#### What to produce:
Scan the listing below for the word "with" and copy every line where it occurs.

#### Given data:
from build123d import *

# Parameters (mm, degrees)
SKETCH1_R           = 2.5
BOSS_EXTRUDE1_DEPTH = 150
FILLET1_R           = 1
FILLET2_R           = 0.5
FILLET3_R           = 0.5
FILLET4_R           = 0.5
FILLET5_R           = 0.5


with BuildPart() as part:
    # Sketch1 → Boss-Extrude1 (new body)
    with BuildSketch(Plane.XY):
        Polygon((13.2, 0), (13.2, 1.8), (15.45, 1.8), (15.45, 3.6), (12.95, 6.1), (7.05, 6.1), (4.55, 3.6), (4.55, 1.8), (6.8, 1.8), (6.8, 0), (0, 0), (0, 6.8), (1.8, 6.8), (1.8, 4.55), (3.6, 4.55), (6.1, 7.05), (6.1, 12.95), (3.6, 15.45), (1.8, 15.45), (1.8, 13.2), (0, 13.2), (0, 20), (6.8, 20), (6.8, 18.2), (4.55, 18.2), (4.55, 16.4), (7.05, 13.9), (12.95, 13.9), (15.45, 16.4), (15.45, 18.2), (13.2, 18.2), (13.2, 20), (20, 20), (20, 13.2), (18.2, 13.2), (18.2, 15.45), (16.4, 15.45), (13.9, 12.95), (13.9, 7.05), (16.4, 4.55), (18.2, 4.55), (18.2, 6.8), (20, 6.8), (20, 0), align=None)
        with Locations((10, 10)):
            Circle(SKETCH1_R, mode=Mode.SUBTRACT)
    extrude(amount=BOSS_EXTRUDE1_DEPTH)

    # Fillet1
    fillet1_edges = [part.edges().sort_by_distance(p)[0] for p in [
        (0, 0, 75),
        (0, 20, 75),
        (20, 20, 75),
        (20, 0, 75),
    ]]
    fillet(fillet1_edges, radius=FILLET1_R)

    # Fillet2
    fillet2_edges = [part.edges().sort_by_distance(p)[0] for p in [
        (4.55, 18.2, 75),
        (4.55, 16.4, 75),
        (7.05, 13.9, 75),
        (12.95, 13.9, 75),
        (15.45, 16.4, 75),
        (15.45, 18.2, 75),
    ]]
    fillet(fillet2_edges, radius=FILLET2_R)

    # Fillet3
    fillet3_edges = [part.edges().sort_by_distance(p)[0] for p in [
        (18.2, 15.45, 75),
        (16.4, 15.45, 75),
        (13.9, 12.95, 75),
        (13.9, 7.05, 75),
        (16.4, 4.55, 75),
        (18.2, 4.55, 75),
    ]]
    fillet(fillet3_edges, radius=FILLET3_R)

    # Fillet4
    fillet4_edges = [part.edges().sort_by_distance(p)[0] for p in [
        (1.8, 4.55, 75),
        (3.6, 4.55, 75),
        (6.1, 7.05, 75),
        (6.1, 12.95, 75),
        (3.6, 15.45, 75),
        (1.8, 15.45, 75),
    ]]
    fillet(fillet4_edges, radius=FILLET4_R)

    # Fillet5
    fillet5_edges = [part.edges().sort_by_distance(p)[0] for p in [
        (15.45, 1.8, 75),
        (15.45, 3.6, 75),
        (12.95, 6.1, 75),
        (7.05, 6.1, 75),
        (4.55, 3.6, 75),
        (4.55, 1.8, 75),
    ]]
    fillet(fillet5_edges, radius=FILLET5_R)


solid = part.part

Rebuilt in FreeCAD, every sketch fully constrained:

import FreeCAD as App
import Part
import Sketcher
from FreeCAD import Vector
Q = App.Units.Quantity


def edges_at(feature, points):
    """Names of the edges that pass closest to the given points."""
    edges = feature.Shape.Edges
    near = lambda p: min(range(len(edges)), key=lambda i: edges[i].distToShape(Part.Vertex(*p))[0])
    return sorted({f"Edge{near(p) + 1}" for p in points})


def add_polygon(sketch, points):
    """Adds a closed chain of lines whose ends are joined by coincident constraints."""
    first, n = sketch.GeometryCount, len(points)
    for a, b in zip(points, points[1:] + points[:1]):
        sketch.addGeometry(Part.LineSegment(App.Vector(*a, 0), App.Vector(*b, 0)), False)
    for i in range(n):
        sketch.addConstraint(Sketcher.Constraint("Coincident", first + i, 2, first + (i + 1) % n, 1))

doc = App.newDocument("Part")
params = doc.addObject("Spreadsheet::Sheet", "Params")
for row, (alias, value) in enumerate([
    ("sketch1_diameter", "5 mm"),
    ("sketch1_width", "6.8 mm"),
    ("sketch1_width2", "1.8 mm"),
    ("sketch1_width3", "5.9 mm"),
    ("sketch1_width4", "2.25 mm"),
    ("pad1_length", "150 mm"),
    ("fillet_radius", "1 mm"),
    ("fillet2_radius", "0.5 mm"),
    ("fillet3_radius", "0.5 mm"),
    ("fillet4_radius", "0.5 mm"),
    ("fillet5_radius", "0.5 mm"),
], start=1):
    params.set(f"A{row}", alias)
    params.set(f"B{row}", "=" + value)
    params.setAlias(f"B{row}", alias)

body = doc.addObject("PartDesign::Body", "Body")

# Sketch on XY plane
sketch1 = doc.addObject("Sketcher::SketchObject", "Sketch")
body.addObject(sketch1)
sketch1.AttachmentSupport = (doc.XY_Plane, [""])
sketch1.MapMode = "FlatFace"
add_polygon(sketch1, [(13.2, 1.8), (13.2, 0), (20, 0), (20, 6.8), (18.2, 6.8), (18.2, 4.55), (16.4, 4.55), (13.9, 7.05), (13.9, 12.95), (16.4, 15.45), (18.2, 15.45), (18.2, 13.2), (20, 13.2), (20, 20), (13.2, 20), (13.2, 18.2), (15.45, 18.2), (15.45, 16.4), (12.95, 13.9), (7.05, 13.9), (4.55, 16.4), (4.55, 18.2), (6.8, 18.2), (6.8, 20), (0, 20), (0, 13.2), (1.8, 13.2), (1.8, 15.45), (3.6, 15.45), (6.1, 12.95), (6.1, 7.05), (3.6, 4.55), (1.8, 4.55), (1.8, 6.8), (0, 6.8), (0, 0), (6.8, 0), (6.8, 1.8), (4.55, 1.8), (4.55, 3.6), (7.05, 6.1), (12.95, 6.1), (15.45, 3.6), (15.45, 1.8)])  # lines 0-43
sketch1.addGeometry(Part.Circle(Vector(10, 10, 0), Vector(0, 0, 1), 2.5), False)  # 44
sketch1.addConstraint([
    Sketcher.Constraint("Vertical", 0),
    Sketcher.Constraint("Horizontal", 1),
    Sketcher.Constraint("Vertical", 2),
    Sketcher.Constraint("Horizontal", 3),
    Sketcher.Constraint("Vertical", 4),
    Sketcher.Constraint("Horizontal", 5),
    Sketcher.Constraint("Vertical", 7),
    Sketcher.Constraint("Horizontal", 9),
    Sketcher.Constraint("Vertical", 10),
    Sketcher.Constraint("Horizontal", 11),
    Sketcher.Constraint("Vertical", 12),
    Sketcher.Constraint("Horizontal", 13),
    Sketcher.Constraint("Vertical", 14),
    Sketcher.Constraint("Horizontal", 15),
    Sketcher.Constraint("Vertical", 16),
    Sketcher.Constraint("Horizontal", 18),
    Sketcher.Constraint("Vertical", 20),
    Sketcher.Constraint("Horizontal", 21),
    Sketcher.Constraint("Vertical", 22),
    Sketcher.Constraint("Horizontal", 23),
    Sketcher.Constraint("Vertical", 24),
    Sketcher.Constraint("Horizontal", 25),
    Sketcher.Constraint("Vertical", 26),
    Sketcher.Constraint("Horizontal", 27),
    Sketcher.Constraint("Vertical", 29),
    Sketcher.Constraint("Horizontal", 31),
    Sketcher.Constraint("Vertical", 32),
    Sketcher.Constraint("Horizontal", 33),
    Sketcher.Constraint("Vertical", 34),
    Sketcher.Constraint("Horizontal", 35),
    Sketcher.Constraint("Vertical", 36),
    Sketcher.Constraint("Horizontal", 37),
    Sketcher.Constraint("Vertical", 38),
    Sketcher.Constraint("Horizontal", 40),
    Sketcher.Constraint("Vertical", 42),
    Sketcher.Constraint("Horizontal", 43),
    Sketcher.Constraint("Coincident", 34, 2, -1, 1),
    Sketcher.Constraint("PointOnObject", 0, 2, -1),
    Sketcher.Constraint("PointOnObject", 23, 2, -2),
    Sketcher.Constraint("Perpendicular", 6, 8),
    Sketcher.Constraint("Parallel", 8, 17),
    Sketcher.Constraint("Perpendicular", 17, 19),
    Sketcher.Constraint("Parallel", 19, 28),
    Sketcher.Constraint("Perpendicular", 28, 30),
    Sketcher.Constraint("Parallel", 30, 39),
    Sketcher.Constraint("Perpendicular", 39, 41),
    Sketcher.Constraint("Horizontal", 16, 2, 19, 2),
    Sketcher.Constraint("Horizontal", 15, 2, 20, 2),
    Sketcher.Constraint("Horizontal", 13, 2, 22, 2),
    Sketcher.Constraint("Horizontal", 11, 2, 24, 2),
    Sketcher.Constraint("Horizontal", 9, 2, 26, 2),
    Sketcher.Constraint("Horizontal", 7, 2, 28, 2),
    Sketcher.Constraint("Horizontal", 6, 2, 29, 2),
    Sketcher.Constraint("Horizontal", 5, 2, 30, 2),
    Sketcher.Constraint("Horizontal", 3, 2, 32, 2),
    Sketcher.Constraint("Horizontal", 38, 2, 41, 2),
    Sketcher.Constraint("Horizontal", 37, 2, 42, 2),
    Sketcher.Constraint("Vertical", 5, 2, 8, 2),
    Sketcher.Constraint("Vertical", 4, 2, 9, 2),
    Sketcher.Constraint("Vertical", 2, 2, 11, 2),
    Sketcher.Constraint("Vertical", 0, 2, 13, 2),
    Sketcher.Constraint("Vertical", 27, 2, 30, 2),
    Sketcher.Constraint("Vertical", 26, 2, 31, 2),
    Sketcher.Constraint("Vertical", 22, 2, 35, 2),
    Sketcher.Constraint("Vertical", 20, 2, 37, 2),
    Sketcher.Constraint("Vertical", 18, 2, 39, 2),
    Sketcher.Constraint("Vertical", 17, 2, 40, 2),
    Sketcher.Constraint("Equal", 3, 5),
    Sketcher.Constraint("Equal", 15, 21),
    Sketcher.Constraint("Equal", 13, 23),
    Sketcher.Constraint("Equal", 11, 25),
    Sketcher.Constraint("Equal", 25, 27),
    Sketcher.Constraint("Equal", 33, 0),
    Sketcher.Constraint("Equal", 35, 2),
    Sketcher.Constraint("Equal", 43, 4),
    Sketcher.Constraint("Equal", 40, 7),
    Sketcher.Constraint("Equal", 4, 10),
    Sketcher.Constraint("Equal", 2, 12),
    Sketcher.Constraint("Equal", 0, 14),
    Sketcher.Constraint("Equal", 14, 16),
    Sketcher.Constraint("Equal", 36, 38),
    Sketcher.Constraint("Equal", 8, 17),
    Sketcher.Constraint("Diameter", 44, Q("5 mm")),
    Sketcher.Constraint("DistanceX", 1, 1, 1, 2, Q("6.8 mm")),
    Sketcher.Constraint("DistanceX", 3, 2, 3, 1, Q("1.8 mm")),
    Sketcher.Constraint("DistanceX", 18, 2, 18, 1, Q("5.9 mm")),
    Sketcher.Constraint("DistanceX", -1, 1, 44, 3, Q("10 mm")),
    Sketcher.Constraint("DistanceY", -1, 1, 44, 3, Q("10 mm")),
    Sketcher.Constraint("DistanceX", -1, 1, 1, 2, Q("20 mm")),
    Sketcher.Constraint("DistanceX", 15, 1, 15, 2, Q("2.25 mm")),
])
sketch1.setExpression("Constraints[126]", "Params.sketch1_diameter")
sketch1.setExpression("Constraints[127]", "Params.sketch1_width")
sketch1.setExpression("Constraints[128]", "Params.sketch1_width2")
sketch1.setExpression("Constraints[129]", "Params.sketch1_width3")
sketch1.setExpression("Constraints[133]", "Params.sketch1_width4")
pad1 = doc.addObject("PartDesign::Pad", "Pad")
body.addObject(pad1)
pad1.Profile = sketch1
pad1.setExpression("Length", "Params.pad1_length")
doc.recompute()

fillet = doc.addObject("PartDesign::Fillet", "Fillet")
body.addObject(fillet)
fillet.Base = (pad1, edges_at(pad1, [
    (0, 0, 75),
    (0, 20, 75),
    (20, 20, 75),
    (20, 0, 75),
]))
fillet.setExpression("Radius", "Params.fillet_radius")
doc.recompute()

fillet2 = doc.addObject("PartDesign::Fillet", "Fillet001")
body.addObject(fillet2)
fillet2.Base = (fillet, edges_at(fillet, [
    (4.55, 18.2, 75),
    (4.55, 16.4, 75),
    (7.05, 13.9, 75),
    (12.95, 13.9, 75),
    (15.45, 16.4, 75),
    (15.45, 18.2, 75),
]))
fillet2.setExpression("Radius", "Params.fillet2_radius")
doc.recompute()

fillet3 = doc.addObject("PartDesign::Fillet", "Fillet002")
body.addObject(fillet3)
fillet3.Base = (fillet2, edges_at(fillet2, [
    (18.2, 15.45, 75),
    (16.4, 15.45, 75),
    (13.9, 12.95, 75),
    (13.9, 7.05, 75),
    (16.4, 4.55, 75),
    (18.2, 4.55, 75),
]))
fillet3.setExpression("Radius", "Params.fillet3_radius")
doc.recompute()

fillet4 = doc.addObject("PartDesign::Fillet", "Fillet003")
body.addObject(fillet4)
fillet4.Base = (fillet3, edges_at(fillet3, [
    (1.8, 4.55, 75),
    (3.6, 4.55, 75),
    (6.1, 7.05, 75),
    (6.1, 12.95, 75),
    (3.6, 15.45, 75),
    (1.8, 15.45, 75),
]))
fillet4.setExpression("Radius", "Params.fillet4_radius")
doc.recompute()

fillet5 = doc.addObject("PartDesign::Fillet", "Fillet004")
body.addObject(fillet5)
fillet5.Base = (fillet4, edges_at(fillet4, [
    (15.45, 1.8, 75),
    (15.45, 3.6, 75),
    (12.95, 6.1, 75),
    (7.05, 6.1, 75),
    (4.55, 3.6, 75),
    (4.55, 1.8, 75),
]))
fillet5.setExpression("Radius", "Params.fillet5_radius")

doc.recompute()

#### Your solution:
with BuildPart() as part:
    with BuildSketch(Plane.XY):
        with Locations((10, 10)):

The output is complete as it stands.